Der Fall Cornelius Gurlitt:Ein später Blick in rechtsstaatliche Abgründe

SZ-Leserinnen und Leser äußern Kritik an der fragwürdigen Bilder-Beschlagnahme von 2012 und am unfairen Rückerstattungs-Gesetz

Der Fall Cornelius Gurlitt: In der Wohnung des Cornelius Gurlitt in München wurde 2012 ein Bilder-Schatz beschlagnahmt. Möglicherweise war die Justizaktion ein Unrecht.

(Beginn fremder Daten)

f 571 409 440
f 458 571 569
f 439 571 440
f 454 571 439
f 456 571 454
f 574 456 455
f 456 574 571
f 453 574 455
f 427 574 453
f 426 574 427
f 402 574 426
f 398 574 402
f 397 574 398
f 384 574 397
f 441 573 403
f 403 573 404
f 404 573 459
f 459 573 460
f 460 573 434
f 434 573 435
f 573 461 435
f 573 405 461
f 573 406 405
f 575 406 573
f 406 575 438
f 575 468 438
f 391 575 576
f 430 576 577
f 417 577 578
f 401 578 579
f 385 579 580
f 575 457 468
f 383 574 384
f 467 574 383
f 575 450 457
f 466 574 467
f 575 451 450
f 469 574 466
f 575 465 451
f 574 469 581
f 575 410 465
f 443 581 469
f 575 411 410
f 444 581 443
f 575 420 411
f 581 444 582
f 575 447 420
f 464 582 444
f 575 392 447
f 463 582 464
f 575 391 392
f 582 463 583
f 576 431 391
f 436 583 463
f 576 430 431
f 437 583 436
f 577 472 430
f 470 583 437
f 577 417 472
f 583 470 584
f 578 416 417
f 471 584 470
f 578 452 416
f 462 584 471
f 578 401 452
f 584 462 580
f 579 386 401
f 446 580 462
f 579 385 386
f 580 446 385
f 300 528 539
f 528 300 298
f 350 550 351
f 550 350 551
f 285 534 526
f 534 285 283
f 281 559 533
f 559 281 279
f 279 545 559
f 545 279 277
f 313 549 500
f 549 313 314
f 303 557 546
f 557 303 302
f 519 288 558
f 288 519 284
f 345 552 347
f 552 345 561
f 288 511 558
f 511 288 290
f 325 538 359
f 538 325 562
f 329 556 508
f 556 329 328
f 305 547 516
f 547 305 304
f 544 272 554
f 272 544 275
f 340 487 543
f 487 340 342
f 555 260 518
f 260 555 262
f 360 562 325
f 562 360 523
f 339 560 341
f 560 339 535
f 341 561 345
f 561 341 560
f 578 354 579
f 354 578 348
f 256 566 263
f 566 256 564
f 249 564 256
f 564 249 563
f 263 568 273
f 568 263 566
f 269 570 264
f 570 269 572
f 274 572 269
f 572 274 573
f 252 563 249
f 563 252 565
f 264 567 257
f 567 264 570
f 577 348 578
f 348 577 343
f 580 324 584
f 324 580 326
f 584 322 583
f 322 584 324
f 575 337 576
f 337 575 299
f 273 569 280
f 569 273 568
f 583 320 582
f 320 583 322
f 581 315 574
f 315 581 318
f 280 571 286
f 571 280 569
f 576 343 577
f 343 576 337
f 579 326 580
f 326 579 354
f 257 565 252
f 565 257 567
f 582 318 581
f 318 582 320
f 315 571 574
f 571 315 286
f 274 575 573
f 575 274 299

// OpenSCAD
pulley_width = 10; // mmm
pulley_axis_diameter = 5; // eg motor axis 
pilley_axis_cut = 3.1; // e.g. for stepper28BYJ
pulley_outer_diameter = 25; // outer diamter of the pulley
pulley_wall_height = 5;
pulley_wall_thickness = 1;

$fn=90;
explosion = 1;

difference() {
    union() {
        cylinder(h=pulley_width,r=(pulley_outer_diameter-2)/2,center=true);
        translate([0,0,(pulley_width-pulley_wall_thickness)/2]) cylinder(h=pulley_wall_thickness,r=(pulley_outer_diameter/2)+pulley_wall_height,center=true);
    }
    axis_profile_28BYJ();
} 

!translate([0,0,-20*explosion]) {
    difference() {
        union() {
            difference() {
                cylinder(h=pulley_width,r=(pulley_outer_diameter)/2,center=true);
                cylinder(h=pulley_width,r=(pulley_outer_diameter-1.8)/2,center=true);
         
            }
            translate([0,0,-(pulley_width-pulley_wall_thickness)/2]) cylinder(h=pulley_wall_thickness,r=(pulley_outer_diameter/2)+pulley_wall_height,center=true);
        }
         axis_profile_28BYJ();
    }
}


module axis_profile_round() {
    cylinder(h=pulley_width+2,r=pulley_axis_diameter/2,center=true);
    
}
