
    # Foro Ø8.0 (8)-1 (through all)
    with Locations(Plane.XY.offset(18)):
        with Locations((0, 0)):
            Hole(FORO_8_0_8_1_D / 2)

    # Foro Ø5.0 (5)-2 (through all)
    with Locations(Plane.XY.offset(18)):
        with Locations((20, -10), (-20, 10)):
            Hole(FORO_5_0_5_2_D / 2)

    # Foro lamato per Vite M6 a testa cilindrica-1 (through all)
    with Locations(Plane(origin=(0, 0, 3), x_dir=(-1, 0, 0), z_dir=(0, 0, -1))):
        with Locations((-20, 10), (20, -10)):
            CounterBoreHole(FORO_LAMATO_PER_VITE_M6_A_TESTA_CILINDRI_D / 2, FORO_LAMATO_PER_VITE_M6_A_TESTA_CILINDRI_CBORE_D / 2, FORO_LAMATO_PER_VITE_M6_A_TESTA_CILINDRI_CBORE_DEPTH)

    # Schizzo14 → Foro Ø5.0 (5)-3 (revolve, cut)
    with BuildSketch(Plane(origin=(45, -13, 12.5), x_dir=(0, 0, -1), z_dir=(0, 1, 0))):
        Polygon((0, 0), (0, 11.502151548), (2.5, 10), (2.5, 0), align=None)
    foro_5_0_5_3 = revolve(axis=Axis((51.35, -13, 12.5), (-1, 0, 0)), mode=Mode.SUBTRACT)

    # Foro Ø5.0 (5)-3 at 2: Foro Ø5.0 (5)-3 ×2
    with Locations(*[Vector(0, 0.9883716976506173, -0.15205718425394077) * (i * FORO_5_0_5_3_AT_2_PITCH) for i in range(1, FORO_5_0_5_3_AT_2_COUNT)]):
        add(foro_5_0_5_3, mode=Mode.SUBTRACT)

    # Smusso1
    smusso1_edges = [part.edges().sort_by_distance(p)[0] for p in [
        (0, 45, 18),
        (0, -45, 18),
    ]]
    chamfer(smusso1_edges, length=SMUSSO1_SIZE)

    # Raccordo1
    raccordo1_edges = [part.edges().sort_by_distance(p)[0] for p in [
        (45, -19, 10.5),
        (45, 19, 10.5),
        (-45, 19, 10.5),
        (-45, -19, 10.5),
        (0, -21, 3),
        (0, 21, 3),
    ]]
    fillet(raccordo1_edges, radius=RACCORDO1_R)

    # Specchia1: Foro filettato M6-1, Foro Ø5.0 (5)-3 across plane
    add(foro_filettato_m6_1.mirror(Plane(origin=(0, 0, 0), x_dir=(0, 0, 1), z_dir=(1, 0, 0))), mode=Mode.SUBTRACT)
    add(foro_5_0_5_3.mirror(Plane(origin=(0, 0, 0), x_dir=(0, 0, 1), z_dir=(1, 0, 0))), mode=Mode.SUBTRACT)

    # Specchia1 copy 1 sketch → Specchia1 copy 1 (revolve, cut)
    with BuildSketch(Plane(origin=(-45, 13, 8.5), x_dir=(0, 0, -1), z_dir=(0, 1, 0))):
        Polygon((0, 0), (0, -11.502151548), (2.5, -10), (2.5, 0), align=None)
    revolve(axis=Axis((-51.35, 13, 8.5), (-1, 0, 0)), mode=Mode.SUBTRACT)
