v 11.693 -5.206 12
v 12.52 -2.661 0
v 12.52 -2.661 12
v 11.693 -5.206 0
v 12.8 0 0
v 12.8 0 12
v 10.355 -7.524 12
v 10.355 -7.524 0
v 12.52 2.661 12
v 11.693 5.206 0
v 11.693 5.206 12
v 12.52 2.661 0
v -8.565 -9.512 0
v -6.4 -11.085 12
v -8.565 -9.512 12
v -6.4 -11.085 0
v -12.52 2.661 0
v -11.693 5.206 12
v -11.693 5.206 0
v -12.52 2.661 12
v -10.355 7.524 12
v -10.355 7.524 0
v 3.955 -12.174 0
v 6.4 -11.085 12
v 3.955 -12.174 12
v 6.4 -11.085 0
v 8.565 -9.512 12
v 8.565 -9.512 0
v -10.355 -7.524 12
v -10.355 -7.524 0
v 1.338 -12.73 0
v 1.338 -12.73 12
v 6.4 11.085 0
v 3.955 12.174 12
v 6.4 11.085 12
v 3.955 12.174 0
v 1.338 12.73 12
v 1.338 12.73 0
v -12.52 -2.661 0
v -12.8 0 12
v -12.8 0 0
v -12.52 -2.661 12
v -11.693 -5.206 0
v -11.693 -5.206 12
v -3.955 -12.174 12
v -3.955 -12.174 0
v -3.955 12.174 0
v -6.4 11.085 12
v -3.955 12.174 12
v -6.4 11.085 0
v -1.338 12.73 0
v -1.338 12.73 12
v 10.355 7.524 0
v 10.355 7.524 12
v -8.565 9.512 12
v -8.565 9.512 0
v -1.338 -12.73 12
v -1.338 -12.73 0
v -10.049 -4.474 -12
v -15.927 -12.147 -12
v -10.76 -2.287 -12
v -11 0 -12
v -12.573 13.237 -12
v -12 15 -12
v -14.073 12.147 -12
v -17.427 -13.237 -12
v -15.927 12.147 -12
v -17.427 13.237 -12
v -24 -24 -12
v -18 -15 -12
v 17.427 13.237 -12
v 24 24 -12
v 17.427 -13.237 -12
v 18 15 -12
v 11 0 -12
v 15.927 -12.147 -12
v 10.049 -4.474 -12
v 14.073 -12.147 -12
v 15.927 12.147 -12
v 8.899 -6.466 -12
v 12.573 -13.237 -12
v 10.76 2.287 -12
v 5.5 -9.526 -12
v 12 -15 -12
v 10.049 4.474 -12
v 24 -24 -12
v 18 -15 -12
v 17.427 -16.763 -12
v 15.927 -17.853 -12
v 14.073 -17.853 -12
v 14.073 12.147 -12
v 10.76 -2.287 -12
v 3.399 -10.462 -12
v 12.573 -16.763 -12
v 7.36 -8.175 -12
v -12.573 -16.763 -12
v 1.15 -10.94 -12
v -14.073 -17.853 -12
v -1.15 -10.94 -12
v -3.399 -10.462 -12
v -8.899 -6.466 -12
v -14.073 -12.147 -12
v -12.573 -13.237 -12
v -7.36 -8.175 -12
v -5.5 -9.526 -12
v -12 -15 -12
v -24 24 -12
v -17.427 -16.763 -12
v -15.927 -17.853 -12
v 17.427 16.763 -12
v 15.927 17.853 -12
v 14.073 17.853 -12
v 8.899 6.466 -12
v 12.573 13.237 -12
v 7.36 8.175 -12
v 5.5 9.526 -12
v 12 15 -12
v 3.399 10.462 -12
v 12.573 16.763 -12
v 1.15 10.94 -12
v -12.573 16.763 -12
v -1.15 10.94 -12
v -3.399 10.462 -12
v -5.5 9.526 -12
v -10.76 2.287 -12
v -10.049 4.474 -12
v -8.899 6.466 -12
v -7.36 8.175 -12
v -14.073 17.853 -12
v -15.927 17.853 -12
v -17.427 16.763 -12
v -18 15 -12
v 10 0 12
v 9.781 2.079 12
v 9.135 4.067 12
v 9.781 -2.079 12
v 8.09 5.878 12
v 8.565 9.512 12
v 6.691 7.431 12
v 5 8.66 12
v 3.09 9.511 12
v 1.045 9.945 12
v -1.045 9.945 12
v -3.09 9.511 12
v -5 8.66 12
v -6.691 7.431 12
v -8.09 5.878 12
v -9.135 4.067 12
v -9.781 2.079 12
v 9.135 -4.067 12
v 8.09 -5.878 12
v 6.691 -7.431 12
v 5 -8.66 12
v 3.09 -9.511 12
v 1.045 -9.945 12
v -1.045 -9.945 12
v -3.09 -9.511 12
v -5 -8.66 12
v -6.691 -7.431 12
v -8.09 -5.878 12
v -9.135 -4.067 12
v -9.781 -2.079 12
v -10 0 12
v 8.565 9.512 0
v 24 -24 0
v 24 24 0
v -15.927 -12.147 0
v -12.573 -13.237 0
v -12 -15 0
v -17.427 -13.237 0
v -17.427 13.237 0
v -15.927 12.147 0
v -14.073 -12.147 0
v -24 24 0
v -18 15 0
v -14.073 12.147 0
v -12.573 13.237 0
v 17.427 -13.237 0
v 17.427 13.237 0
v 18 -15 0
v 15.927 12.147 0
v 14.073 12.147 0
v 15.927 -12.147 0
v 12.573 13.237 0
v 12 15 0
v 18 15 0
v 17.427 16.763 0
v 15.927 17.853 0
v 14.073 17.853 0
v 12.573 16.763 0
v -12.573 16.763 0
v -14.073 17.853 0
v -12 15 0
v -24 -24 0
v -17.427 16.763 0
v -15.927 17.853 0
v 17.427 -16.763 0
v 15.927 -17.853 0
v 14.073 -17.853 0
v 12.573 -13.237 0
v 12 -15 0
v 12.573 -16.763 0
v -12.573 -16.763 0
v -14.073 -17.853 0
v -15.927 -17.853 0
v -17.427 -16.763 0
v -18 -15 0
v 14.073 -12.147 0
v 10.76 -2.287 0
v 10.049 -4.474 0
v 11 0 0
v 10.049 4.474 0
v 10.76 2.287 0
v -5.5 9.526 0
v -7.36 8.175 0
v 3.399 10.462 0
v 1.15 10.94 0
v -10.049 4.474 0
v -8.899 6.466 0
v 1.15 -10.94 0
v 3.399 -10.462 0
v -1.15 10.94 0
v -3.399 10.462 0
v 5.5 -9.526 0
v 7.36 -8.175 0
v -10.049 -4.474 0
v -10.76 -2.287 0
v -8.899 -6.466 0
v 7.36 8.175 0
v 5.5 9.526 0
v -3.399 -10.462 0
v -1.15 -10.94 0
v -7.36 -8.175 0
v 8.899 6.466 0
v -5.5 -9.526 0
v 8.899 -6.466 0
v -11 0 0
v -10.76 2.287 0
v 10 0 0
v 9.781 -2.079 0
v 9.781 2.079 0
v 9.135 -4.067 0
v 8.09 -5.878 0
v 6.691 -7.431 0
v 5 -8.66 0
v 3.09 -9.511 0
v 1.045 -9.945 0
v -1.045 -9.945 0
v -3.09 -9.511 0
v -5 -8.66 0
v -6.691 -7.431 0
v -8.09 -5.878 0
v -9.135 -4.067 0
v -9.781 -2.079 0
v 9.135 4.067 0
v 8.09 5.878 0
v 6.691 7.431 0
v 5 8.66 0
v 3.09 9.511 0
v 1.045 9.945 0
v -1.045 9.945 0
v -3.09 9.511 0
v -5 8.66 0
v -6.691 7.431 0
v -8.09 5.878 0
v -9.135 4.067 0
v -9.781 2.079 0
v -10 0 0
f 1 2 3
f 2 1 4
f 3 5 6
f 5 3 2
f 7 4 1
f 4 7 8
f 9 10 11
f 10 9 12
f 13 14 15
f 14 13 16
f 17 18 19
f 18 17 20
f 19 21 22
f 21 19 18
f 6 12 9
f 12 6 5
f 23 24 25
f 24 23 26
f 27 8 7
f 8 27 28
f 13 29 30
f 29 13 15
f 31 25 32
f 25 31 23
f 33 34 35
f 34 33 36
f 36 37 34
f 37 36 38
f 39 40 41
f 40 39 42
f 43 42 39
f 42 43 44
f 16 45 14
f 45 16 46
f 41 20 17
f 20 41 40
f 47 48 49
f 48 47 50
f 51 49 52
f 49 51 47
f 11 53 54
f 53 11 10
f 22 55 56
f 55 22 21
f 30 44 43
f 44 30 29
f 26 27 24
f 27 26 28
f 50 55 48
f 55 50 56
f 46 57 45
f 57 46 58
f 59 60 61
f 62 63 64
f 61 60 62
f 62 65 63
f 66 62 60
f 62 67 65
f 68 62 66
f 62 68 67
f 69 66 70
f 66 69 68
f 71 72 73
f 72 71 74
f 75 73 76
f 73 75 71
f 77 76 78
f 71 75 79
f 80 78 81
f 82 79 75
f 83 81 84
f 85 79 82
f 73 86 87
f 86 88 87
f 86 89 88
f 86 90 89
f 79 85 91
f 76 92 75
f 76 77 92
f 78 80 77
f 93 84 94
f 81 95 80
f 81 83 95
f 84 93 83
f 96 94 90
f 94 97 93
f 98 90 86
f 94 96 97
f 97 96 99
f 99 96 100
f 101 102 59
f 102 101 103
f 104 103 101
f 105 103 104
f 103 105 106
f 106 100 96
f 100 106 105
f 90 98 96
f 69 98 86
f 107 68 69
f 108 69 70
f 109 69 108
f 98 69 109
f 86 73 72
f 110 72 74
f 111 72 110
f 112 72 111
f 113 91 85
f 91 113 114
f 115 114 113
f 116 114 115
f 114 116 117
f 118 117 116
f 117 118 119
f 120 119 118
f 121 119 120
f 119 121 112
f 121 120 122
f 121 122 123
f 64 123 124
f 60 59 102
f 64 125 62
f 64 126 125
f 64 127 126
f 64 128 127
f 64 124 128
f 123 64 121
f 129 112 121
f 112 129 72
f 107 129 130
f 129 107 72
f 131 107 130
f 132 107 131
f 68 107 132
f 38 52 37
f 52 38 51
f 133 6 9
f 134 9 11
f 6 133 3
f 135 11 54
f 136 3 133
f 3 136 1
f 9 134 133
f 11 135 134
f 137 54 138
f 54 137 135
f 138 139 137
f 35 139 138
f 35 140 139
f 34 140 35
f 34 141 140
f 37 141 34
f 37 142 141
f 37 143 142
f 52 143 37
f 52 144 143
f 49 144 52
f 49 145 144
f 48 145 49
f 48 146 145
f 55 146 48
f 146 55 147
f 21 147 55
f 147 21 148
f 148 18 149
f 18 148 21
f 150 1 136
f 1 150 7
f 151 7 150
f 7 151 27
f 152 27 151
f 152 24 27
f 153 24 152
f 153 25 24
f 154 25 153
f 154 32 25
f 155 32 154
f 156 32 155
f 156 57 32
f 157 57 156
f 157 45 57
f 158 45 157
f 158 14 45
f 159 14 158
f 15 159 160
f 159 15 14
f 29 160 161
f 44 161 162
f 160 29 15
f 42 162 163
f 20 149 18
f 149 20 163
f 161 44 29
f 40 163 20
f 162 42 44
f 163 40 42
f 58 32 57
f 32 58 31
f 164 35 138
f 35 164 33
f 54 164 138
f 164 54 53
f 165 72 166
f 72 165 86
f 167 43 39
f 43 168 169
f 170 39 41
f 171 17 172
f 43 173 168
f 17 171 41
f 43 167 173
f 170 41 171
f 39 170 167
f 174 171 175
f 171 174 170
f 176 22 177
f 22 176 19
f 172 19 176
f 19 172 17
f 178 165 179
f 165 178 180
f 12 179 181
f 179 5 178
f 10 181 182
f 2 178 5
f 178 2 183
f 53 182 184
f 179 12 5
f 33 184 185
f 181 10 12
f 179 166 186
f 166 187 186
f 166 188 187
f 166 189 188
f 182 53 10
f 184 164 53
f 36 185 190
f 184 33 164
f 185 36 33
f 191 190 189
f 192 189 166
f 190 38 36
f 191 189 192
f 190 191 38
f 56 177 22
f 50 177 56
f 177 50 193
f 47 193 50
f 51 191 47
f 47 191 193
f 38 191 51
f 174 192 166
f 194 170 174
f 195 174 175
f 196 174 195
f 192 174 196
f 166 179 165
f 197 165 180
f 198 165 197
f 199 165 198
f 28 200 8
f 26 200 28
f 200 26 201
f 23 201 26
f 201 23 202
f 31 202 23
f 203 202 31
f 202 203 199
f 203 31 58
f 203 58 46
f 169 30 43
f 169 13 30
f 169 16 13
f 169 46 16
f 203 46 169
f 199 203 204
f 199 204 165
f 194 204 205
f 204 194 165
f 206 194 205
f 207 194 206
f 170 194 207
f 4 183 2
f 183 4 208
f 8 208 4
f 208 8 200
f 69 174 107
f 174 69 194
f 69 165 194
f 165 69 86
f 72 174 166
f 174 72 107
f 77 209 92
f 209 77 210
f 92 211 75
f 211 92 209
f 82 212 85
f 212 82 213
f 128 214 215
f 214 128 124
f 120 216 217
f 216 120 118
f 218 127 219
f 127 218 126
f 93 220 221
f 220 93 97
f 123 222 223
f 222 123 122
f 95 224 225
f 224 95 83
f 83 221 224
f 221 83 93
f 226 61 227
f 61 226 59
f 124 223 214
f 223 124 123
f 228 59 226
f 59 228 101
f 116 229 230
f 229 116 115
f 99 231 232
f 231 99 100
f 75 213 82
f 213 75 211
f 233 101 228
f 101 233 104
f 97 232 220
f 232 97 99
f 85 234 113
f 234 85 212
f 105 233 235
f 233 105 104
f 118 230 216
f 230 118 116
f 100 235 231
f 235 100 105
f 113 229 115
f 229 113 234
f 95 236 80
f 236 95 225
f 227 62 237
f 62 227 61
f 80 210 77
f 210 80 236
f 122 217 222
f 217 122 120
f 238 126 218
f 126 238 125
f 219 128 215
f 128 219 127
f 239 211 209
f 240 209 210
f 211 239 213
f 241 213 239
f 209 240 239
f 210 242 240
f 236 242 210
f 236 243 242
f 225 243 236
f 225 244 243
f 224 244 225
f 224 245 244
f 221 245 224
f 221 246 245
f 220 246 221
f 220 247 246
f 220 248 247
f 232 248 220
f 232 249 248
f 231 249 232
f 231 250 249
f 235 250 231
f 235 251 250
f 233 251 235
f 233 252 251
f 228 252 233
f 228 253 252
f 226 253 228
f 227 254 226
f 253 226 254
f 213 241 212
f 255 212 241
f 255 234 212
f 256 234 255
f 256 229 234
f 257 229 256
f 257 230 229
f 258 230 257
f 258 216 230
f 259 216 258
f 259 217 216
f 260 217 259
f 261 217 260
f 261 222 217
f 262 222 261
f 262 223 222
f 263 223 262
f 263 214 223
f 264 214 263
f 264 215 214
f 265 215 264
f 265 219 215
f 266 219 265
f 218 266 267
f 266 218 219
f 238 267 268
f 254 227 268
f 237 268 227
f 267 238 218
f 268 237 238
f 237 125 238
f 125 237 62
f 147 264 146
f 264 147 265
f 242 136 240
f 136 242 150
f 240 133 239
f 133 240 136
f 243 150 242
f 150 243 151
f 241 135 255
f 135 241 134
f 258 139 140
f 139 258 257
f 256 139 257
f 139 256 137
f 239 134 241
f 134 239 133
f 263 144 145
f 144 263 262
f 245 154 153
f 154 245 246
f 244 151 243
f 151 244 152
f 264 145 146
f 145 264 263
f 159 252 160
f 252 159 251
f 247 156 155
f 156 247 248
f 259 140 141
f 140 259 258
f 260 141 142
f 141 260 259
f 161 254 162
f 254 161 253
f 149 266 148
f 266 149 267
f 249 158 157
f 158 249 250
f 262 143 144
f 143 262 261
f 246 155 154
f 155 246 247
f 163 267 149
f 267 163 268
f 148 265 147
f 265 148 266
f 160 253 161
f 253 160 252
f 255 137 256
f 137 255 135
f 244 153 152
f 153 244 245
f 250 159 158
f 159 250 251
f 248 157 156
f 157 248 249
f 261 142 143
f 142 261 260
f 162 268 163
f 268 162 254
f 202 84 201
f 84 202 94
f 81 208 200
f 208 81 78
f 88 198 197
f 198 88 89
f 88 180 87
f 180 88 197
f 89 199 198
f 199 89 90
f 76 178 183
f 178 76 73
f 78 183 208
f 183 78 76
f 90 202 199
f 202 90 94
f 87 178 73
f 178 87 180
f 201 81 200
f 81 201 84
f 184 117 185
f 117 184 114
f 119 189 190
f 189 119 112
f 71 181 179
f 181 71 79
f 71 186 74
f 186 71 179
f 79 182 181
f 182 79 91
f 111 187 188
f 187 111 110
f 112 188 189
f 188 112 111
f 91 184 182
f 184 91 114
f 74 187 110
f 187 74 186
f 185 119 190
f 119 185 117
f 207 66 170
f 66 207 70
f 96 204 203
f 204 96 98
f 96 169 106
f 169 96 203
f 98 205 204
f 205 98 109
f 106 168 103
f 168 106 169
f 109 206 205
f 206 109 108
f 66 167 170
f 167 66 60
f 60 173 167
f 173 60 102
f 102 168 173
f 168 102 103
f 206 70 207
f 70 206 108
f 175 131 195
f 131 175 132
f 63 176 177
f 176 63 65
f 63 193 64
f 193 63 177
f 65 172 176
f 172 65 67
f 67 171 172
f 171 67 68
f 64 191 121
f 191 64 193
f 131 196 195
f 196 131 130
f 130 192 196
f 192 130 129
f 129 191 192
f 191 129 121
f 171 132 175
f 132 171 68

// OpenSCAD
module part() {
	difference() {
		union() {
			translate([0,0,-12]) cylinder(r=12.8, h=24);
			translate([-24,-24,0]) cube([48,48,12]);
		}
		cylinder(r=11, h=13);
		translate([0,0,-13]) cylinder(r=10, h=14);
		translate([15,15,-13]) cylinder(r=3, h=26);
		translate([15,-15,-13]) cylinder(r=3, h=26);
		translate([-15,15,-13]) cylinder(r=3, h=26);
		translate([-15,-15,-13]) cylinder(r=3, h=26);
	}
}

rotate(180,[1,0,0]) part();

In der Wohnung des Cornelius Gurlitt in München wurde 2012 ein Bilder-Schatz beschlagnahmt. Möglicherweise war die Justizaktion ein Unrecht.

(Foto: Stephan Rumpf)

Interview "Ein Stück Willkürstaat" und "Causa Gurlitt neu aufrollen" vom 31. März sowie "Plünderern auf der Spur" vom 14. April:

Ermutigende Anwaltsarbeit

Staatliche Willkür und damit Beugung des Rechtsstaates gefährden die Demokratie und untergraben den Glauben an diese. Jeder, der sich dafür einsetzt, dass diese aufgedeckt werden und den Opfern womöglich späte Gerechtigkeit widerfährt, trägt zum Erhalt von Demokratie und der Zivilgesellschaft bei. Solche Fälle kann man unter anderem bei Lion Feuchtwanger oder Thomas Mann dann in exzellenter literarischer Umsetzung finden - dauert nur länger.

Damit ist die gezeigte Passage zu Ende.